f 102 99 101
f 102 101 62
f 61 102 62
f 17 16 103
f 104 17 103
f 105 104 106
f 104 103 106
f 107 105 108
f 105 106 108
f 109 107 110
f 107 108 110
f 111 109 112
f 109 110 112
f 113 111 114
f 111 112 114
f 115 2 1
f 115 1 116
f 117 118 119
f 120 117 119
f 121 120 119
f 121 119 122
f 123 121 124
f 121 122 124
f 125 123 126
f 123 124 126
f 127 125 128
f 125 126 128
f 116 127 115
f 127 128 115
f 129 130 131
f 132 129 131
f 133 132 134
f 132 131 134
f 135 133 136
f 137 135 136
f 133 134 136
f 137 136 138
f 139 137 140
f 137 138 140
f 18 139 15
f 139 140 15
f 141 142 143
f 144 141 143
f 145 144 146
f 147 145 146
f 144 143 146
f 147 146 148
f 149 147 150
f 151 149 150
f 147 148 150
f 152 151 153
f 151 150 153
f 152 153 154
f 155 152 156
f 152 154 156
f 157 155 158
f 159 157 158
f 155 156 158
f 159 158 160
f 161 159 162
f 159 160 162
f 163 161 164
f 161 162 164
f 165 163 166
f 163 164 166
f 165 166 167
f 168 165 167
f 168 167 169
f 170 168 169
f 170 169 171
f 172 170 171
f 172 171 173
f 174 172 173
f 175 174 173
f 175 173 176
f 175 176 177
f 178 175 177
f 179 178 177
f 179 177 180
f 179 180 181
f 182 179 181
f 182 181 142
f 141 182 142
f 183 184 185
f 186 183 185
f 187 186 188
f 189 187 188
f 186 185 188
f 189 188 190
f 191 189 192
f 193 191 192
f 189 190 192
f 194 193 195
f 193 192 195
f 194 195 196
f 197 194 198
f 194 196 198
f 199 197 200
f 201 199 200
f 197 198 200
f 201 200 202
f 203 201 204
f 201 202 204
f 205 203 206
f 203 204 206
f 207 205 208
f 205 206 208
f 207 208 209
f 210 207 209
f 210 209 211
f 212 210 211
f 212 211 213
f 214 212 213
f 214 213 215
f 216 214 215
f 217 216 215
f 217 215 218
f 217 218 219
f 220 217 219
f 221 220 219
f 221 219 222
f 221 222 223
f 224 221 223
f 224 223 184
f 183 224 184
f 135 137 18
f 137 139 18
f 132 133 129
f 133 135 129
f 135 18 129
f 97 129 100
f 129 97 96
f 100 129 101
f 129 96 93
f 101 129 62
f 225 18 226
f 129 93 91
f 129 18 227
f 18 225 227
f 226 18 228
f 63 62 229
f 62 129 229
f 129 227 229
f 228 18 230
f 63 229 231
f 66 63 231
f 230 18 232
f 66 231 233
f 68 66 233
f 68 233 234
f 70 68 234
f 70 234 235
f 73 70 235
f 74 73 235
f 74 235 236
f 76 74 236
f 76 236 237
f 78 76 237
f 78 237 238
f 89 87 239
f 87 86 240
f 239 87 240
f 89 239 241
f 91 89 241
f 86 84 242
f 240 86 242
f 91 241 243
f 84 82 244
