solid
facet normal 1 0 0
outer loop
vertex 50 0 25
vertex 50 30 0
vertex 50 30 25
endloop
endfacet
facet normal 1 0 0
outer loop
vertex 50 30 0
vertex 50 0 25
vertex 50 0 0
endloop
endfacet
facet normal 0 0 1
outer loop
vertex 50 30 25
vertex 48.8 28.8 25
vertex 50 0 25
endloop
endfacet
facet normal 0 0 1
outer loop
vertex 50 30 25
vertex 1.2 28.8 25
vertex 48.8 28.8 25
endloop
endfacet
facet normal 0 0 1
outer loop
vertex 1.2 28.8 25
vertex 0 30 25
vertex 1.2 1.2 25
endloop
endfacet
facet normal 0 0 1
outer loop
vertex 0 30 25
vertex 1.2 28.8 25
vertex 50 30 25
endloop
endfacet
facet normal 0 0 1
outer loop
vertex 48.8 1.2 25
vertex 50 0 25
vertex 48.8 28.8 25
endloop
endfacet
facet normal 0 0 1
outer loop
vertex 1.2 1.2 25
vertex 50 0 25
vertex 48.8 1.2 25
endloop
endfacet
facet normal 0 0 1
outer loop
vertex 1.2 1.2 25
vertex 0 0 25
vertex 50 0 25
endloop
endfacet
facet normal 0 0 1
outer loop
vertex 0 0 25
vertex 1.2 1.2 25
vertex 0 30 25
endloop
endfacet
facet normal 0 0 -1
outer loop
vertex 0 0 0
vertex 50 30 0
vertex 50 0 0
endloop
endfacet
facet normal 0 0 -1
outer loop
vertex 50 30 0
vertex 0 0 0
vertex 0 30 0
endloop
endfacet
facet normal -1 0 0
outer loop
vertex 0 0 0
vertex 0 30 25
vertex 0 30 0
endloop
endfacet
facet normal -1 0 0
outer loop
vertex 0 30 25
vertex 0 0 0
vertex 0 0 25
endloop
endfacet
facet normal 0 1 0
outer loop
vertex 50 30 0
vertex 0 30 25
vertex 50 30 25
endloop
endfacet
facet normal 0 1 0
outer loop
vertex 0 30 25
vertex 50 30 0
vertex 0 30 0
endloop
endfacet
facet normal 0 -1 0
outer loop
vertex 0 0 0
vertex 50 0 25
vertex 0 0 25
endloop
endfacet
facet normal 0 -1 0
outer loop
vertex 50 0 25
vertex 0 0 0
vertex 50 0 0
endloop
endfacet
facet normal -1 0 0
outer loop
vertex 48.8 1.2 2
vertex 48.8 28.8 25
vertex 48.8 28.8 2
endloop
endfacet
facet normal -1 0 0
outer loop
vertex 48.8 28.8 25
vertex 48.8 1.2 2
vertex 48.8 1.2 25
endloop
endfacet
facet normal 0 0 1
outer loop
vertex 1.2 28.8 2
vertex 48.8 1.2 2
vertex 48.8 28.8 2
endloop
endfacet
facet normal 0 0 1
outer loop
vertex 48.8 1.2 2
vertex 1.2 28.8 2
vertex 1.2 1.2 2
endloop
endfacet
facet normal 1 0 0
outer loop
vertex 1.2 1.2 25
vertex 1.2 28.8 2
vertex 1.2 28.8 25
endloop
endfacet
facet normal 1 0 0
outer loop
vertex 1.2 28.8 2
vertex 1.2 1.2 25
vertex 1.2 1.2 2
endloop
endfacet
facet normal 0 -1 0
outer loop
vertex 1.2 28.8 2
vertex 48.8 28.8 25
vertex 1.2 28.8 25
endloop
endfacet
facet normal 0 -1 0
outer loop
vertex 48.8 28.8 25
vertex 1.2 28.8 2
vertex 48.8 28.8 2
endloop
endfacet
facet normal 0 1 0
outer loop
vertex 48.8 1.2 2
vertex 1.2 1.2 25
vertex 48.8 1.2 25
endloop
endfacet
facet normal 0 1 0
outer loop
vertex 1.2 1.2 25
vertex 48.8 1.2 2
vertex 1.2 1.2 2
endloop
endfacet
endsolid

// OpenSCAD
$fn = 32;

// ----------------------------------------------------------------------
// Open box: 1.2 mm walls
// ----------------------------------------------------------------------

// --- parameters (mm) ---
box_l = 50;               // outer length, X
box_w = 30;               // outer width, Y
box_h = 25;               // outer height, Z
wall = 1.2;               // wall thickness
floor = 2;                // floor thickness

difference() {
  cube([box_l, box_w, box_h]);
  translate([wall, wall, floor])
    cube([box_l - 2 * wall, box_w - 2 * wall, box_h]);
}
______________________________
Please repeat the whole listing above, keeping every line exactly as it reads.

f 102 99 101
f 102 101 62
f 61 102 62
f 17 16 103
f 104 17 103
f 105 104 106
f 104 103 106
f 107 105 108
f 105 106 108
f 109 107 110
f 107 108 110
f 111 109 112
f 109 110 112
f 113 111 114
f 111 112 114
f 115 2 1
f 115 1 116
f 117 118 119
f 120 117 119
f 121 120 119
f 121 119 122
f 123 121 124
f 121 122 124
f 125 123 126
f 123 124 126
f 127 125 128
f 125 126 128
f 116 127 115
f 127 128 115
f 129 130 131
f 132 129 131
f 133 132 134
f 132 131 134
f 135 133 136
f 137 135 136
f 133 134 136
f 137 136 138
f 139 137 140
f 137 138 140
f 18 139 15
f 139 140 15
f 141 142 143
f 144 141 143
f 145 144 146
f 147 145 146
f 144 143 146
f 147 146 148
f 149 147 150
f 151 149 150
f 147 148 150
f 152 151 153
f 151 150 153
f 152 153 154
f 155 152 156
f 152 154 156
f 157 155 158
f 159 157 158
f 155 156 158
f 159 158 160
f 161 159 162
f 159 160 162
f 163 161 164
f 161 162 164
f 165 163 166
f 163 164 166
f 165 166 167
f 168 165 167
f 168 167 169
f 170 168 169
f 170 169 171
f 172 170 171
f 172 171 173
f 174 172 173
f 175 174 173
f 175 173 176
f 175 176 177
f 178 175 177
f 179 178 177
f 179 177 180
f 179 180 181
f 182 179 181
f 182 181 142
f 141 182 142
f 183 184 185
f 186 183 185
f 187 186 188
f 189 187 188
f 186 185 188
f 189 188 190
f 191 189 192
f 193 191 192
f 189 190 192
f 194 193 195
f 193 192 195
f 194 195 196
f 197 194 198
f 194 196 198
f 199 197 200
f 201 199 200
f 197 198 200
f 201 200 202
f 203 201 204
f 201 202 204
f 205 203 206
f 203 204 206
f 207 205 208
f 205 206 208
f 207 208 209
f 210 207 209
f 210 209 211
f 212 210 211
f 212 211 213
f 214 212 213
f 214 213 215
f 216 214 215
f 217 216 215
f 217 215 218
f 217 218 219
f 220 217 219
f 221 220 219
f 221 219 222
f 221 222 223
f 224 221 223
f 224 223 184
f 183 224 184
f 135 137 18
f 137 139 18
f 132 133 129
f 133 135 129
f 135 18 129
f 97 129 100
f 129 97 96
f 100 129 101
f 129 96 93
f 101 129 62
f 225 18 226
f 129 93 91
f 129 18 227
f 18 225 227
f 226 18 228
f 63 62 229
f 62 129 229
f 129 227 229
f 228 18 230
f 63 229 231
f 66 63 231
f 230 18 232
f 66 231 233
f 68 66 233
f 68 233 234
f 70 68 234
f 70 234 235
f 73 70 235
f 74 73 235
f 74 235 236
f 76 74 236
f 76 236 237
f 78 76 237
f 78 237 238
f 89 87 239
f 87 86 240
f 239 87 240
f 89 239 241
f 91 89 241
f 86 84 242
f 240 86 242
f 91 241 243
f 84 82 244
solid
facet normal 1 0 0
outer loop
vertex 50 0 25
vertex 50 30 0
vertex 50 30 25
endloop
endfacet
facet normal 1 0 0
outer loop
vertex 50 30 0
vertex 50 0 25
vertex 50 0 0
endloop
endfacet
facet normal 0 0 1
outer loop
vertex 50 30 25
vertex 48.8 28.8 25
vertex 50 0 25
endloop
endfacet
facet normal 0 0 1
outer loop
vertex 50 30 25
vertex 1.2 28.8 25
vertex 48.8 28.8 25
endloop
endfacet
facet normal 0 0 1
outer loop
vertex 1.2 28.8 25
vertex 0 30 25
vertex 1.2 1.2 25
endloop
endfacet
facet normal 0 0 1
outer loop
vertex 0 30 25
vertex 1.2 28.8 25
vertex 50 30 25
endloop
endfacet
facet normal 0 0 1
outer loop
vertex 48.8 1.2 25
vertex 50 0 25
vertex 48.8 28.8 25
endloop
endfacet
facet normal 0 0 1
outer loop
vertex 1.2 1.2 25
vertex 50 0 25
vertex 48.8 1.2 25
endloop
endfacet
facet normal 0 0 1
outer loop
vertex 1.2 1.2 25
vertex 0 0 25
vertex 50 0 25
endloop
endfacet
facet normal 0 0 1
outer loop
vertex 0 0 25
vertex 1.2 1.2 25
vertex 0 30 25
endloop
endfacet
facet normal 0 0 -1
outer loop
vertex 0 0 0
vertex 50 30 0
vertex 50 0 0
endloop
endfacet
facet normal 0 0 -1
outer loop
vertex 50 30 0
vertex 0 0 0
vertex 0 30 0
endloop
endfacet
facet normal -1 0 0
outer loop
vertex 0 0 0
vertex 0 30 25
vertex 0 30 0
endloop
endfacet
facet normal -1 0 0
outer loop
vertex 0 30 25
vertex 0 0 0
vertex 0 0 25
endloop
endfacet
facet normal 0 1 0
outer loop
vertex 50 30 0
vertex 0 30 25
vertex 50 30 25
endloop
endfacet
facet normal 0 1 0
outer loop
vertex 0 30 25
vertex 50 30 0
vertex 0 30 0
endloop
endfacet
facet normal 0 -1 0
outer loop
vertex 0 0 0
vertex 50 0 25
vertex 0 0 25
endloop
endfacet
facet normal 0 -1 0
outer loop
vertex 50 0 25
vertex 0 0 0
vertex 50 0 0
endloop
endfacet
facet normal -1 0 0
outer loop
vertex 48.8 1.2 2
vertex 48.8 28.8 25
vertex 48.8 28.8 2
endloop
endfacet
facet normal -1 0 0
outer loop
vertex 48.8 28.8 25
vertex 48.8 1.2 2
vertex 48.8 1.2 25
endloop
endfacet
facet normal 0 0 1
outer loop
vertex 1.2 28.8 2
vertex 48.8 1.2 2
vertex 48.8 28.8 2
endloop
endfacet
facet normal 0 0 1
outer loop
vertex 48.8 1.2 2
vertex 1.2 28.8 2
vertex 1.2 1.2 2
endloop
endfacet
facet normal 1 0 0
outer loop
vertex 1.2 1.2 25
vertex 1.2 28.8 2
vertex 1.2 28.8 25
endloop
endfacet
facet normal 1 0 0
outer loop
vertex 1.2 28.8 2
vertex 1.2 1.2 25
vertex 1.2 1.2 2
endloop
endfacet
facet normal 0 -1 0
outer loop
vertex 1.2 28.8 2
vertex 48.8 28.8 25
vertex 1.2 28.8 25
endloop
endfacet
facet normal 0 -1 0
outer loop
vertex 48.8 28.8 25
vertex 1.2 28.8 2
vertex 48.8 28.8 2
endloop
endfacet
facet normal 0 1 0
outer loop
vertex 48.8 1.2 2
vertex 1.2 1.2 25
vertex 48.8 1.2 25
endloop
endfacet
facet normal 0 1 0
outer loop
vertex 1.2 1.2 25
vertex 48.8 1.2 2
vertex 1.2 1.2 2
endloop
endfacet
endsolid

// OpenSCAD
$fn = 32;

// ----------------------------------------------------------------------
// Open box: 1.2 mm walls
// ----------------------------------------------------------------------

// --- parameters (mm) ---
box_l = 50;               // outer length, X
box_w = 30;               // outer width, Y
box_h = 25;               // outer height, Z
wall = 1.2;               // wall thickness
floor = 2;                // floor thickness

difference() {
  cube([box_l, box_w, box_h]);
  translate([wall, wall, floor])
    cube([box_l - 2 * wall, box_w - 2 * wall, box_h]);
}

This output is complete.